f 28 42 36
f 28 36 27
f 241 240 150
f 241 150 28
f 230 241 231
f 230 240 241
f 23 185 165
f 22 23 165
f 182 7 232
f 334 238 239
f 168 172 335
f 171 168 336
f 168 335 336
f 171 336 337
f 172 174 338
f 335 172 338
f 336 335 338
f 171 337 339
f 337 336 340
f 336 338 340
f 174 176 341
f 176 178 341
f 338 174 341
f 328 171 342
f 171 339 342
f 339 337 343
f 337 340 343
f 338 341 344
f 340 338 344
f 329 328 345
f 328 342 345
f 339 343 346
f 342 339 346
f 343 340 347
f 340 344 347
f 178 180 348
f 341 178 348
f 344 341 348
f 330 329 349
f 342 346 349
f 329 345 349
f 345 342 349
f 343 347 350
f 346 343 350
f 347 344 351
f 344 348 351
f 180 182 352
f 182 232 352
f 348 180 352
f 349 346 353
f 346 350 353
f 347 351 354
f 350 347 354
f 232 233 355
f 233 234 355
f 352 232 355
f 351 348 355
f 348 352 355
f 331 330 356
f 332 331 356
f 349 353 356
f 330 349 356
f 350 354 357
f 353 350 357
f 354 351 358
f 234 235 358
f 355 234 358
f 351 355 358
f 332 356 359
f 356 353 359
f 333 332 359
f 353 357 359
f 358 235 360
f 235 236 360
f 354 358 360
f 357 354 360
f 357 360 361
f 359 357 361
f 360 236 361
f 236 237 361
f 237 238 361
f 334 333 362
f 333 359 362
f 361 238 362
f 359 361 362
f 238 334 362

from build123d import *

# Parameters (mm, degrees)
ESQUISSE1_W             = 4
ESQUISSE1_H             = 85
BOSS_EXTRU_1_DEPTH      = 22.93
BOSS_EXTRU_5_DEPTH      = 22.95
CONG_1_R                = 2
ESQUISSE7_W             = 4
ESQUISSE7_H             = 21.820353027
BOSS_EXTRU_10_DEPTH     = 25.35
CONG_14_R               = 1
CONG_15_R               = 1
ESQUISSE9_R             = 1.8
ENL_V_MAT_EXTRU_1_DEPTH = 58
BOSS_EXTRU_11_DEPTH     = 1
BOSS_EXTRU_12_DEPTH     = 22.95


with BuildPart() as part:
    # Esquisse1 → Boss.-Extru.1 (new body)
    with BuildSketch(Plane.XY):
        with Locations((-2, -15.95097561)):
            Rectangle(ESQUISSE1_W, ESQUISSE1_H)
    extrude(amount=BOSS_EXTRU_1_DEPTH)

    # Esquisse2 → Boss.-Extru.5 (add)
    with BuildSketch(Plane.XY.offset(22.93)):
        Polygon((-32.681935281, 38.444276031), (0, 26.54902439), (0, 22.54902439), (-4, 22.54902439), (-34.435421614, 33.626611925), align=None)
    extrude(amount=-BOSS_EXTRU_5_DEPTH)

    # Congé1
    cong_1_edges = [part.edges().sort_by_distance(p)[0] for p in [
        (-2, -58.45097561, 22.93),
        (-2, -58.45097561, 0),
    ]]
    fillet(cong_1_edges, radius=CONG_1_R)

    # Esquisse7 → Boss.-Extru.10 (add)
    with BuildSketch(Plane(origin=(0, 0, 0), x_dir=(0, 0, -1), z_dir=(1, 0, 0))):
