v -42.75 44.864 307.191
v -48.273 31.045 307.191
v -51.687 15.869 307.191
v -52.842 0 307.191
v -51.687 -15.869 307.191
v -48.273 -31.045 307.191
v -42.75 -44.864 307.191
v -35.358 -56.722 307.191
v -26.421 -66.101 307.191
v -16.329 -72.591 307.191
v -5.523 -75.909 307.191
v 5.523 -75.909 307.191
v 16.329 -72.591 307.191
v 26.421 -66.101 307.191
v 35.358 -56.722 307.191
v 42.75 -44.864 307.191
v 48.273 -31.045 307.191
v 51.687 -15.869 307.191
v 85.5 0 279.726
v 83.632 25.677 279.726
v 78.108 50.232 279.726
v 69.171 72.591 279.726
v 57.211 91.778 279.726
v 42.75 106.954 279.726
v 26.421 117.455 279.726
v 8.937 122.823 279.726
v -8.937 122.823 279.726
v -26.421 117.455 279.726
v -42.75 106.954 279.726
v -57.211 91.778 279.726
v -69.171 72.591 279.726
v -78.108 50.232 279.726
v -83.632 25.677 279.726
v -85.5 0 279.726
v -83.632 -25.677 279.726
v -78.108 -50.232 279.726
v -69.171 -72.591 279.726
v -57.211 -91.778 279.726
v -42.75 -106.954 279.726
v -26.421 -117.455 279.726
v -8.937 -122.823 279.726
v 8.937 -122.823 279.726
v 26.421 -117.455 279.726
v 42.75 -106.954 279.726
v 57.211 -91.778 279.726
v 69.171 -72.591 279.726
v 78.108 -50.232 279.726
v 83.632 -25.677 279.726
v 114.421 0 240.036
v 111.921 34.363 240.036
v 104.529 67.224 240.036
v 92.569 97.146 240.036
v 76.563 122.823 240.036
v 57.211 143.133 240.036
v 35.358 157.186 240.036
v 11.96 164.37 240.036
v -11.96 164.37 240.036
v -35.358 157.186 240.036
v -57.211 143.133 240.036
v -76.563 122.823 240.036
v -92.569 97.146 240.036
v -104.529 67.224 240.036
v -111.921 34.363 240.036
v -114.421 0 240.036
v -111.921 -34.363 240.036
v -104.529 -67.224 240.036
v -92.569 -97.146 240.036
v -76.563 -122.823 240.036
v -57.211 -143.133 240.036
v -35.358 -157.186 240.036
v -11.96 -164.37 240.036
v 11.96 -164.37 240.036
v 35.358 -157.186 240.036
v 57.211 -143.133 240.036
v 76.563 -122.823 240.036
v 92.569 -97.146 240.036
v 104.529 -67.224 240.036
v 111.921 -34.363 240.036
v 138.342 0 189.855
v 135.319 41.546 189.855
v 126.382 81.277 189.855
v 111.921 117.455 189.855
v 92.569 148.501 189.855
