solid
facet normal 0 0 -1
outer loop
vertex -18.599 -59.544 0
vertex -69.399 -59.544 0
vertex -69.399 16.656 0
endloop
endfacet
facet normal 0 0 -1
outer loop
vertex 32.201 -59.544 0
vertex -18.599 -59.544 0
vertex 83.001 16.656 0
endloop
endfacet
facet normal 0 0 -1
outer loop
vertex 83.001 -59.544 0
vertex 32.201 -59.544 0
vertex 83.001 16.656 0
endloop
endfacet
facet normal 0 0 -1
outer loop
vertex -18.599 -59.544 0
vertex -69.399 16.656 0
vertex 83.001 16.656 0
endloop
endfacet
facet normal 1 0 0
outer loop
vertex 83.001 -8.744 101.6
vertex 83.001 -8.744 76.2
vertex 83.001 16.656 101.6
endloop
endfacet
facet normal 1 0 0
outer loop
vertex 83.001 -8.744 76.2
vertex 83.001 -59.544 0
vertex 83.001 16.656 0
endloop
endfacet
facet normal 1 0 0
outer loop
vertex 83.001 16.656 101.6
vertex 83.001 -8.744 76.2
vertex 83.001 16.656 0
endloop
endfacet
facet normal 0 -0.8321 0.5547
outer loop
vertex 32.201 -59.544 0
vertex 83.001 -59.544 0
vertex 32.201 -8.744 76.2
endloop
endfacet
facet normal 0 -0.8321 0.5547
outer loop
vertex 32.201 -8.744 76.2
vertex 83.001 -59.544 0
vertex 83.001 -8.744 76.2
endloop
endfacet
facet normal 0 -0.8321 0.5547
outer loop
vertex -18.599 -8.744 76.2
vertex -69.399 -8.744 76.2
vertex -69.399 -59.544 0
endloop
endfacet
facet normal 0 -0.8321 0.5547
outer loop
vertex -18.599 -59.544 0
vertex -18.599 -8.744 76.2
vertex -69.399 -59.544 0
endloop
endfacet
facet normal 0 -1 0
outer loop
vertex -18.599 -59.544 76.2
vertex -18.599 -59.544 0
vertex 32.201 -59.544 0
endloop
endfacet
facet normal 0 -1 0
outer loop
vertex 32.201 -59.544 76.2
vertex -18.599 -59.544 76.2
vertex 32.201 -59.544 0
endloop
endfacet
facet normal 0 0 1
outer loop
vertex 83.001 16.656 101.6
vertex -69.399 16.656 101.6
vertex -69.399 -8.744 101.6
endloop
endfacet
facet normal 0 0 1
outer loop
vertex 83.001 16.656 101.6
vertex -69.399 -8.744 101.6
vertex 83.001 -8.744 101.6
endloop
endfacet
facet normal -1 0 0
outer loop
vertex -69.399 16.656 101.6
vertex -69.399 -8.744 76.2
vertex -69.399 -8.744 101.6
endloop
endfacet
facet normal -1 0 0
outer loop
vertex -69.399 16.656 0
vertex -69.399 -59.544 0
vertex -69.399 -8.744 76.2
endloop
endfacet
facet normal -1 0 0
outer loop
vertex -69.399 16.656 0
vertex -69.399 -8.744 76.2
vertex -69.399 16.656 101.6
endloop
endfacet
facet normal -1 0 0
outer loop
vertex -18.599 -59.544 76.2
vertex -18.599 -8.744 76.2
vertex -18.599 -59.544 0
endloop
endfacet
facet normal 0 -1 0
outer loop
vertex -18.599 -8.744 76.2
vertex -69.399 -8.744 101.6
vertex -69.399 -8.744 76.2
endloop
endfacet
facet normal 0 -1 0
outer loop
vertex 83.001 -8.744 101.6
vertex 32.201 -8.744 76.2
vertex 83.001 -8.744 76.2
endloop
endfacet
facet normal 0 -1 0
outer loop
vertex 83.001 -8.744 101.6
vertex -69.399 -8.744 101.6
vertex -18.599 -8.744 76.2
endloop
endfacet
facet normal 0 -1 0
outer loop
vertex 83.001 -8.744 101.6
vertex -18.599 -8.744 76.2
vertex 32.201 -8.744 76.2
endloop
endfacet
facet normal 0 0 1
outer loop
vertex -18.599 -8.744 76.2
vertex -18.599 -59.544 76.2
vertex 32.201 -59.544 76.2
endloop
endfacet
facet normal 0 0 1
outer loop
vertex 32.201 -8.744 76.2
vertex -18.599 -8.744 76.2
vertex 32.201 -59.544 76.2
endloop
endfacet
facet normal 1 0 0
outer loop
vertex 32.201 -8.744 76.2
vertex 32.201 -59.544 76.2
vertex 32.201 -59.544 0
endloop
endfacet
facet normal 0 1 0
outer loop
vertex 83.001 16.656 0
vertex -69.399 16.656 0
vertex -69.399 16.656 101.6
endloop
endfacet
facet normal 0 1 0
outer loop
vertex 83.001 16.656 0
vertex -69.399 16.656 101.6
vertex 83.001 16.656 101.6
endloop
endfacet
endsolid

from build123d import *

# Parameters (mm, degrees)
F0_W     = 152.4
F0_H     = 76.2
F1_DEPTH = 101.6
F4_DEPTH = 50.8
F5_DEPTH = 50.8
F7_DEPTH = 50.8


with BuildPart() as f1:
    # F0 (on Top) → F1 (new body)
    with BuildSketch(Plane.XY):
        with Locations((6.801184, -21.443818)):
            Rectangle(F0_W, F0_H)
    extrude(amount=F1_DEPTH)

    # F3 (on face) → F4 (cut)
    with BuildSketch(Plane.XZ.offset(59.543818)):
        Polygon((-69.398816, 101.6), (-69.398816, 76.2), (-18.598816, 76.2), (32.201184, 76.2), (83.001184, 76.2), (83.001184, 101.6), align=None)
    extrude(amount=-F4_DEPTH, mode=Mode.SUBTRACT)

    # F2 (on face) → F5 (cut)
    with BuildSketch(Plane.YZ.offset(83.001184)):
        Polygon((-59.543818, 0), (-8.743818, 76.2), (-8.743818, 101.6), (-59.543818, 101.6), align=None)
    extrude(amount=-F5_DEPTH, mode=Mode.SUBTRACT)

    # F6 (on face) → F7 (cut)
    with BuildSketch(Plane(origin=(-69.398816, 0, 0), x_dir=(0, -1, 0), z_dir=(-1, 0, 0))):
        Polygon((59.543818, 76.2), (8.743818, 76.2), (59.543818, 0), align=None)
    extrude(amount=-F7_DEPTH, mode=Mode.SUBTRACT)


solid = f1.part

INSTRUCTIONS TO FOLLOW
Restate word for word the lines in the material above from the one with "cong_1_edges = [part.edges().sort_by_distance(p)[0]" to the one with "v -35.358 -56.722 307.191"; both of those lines count, and nothing else does.

RESPONSE TO THIS TASK
    cong_1_edges = [part.edges().sort_by_distance(p)[0] for p in [
        (-2, -58.45097561, 22.93),
        (-2, -58.45097561, 0),
    ]]
    fillet(cong_1_edges, radius=CONG_1_R)

    # Esquisse7 → Boss.-Extru.10 (add)
    with BuildSketch(Plane(origin=(0, 0, 0), x_dir=(0, 0, -1), z_dir=(1, 0, 0))):
v -42.75 44.864 307.191
v -48.273 31.045 307.191
v -51.687 15.869 307.191
v -52.842 0 307.191
v -51.687 -15.869 307.191
v -48.273 -31.045 307.191
v -42.75 -44.864 307.191
v -35.358 -56.722 307.191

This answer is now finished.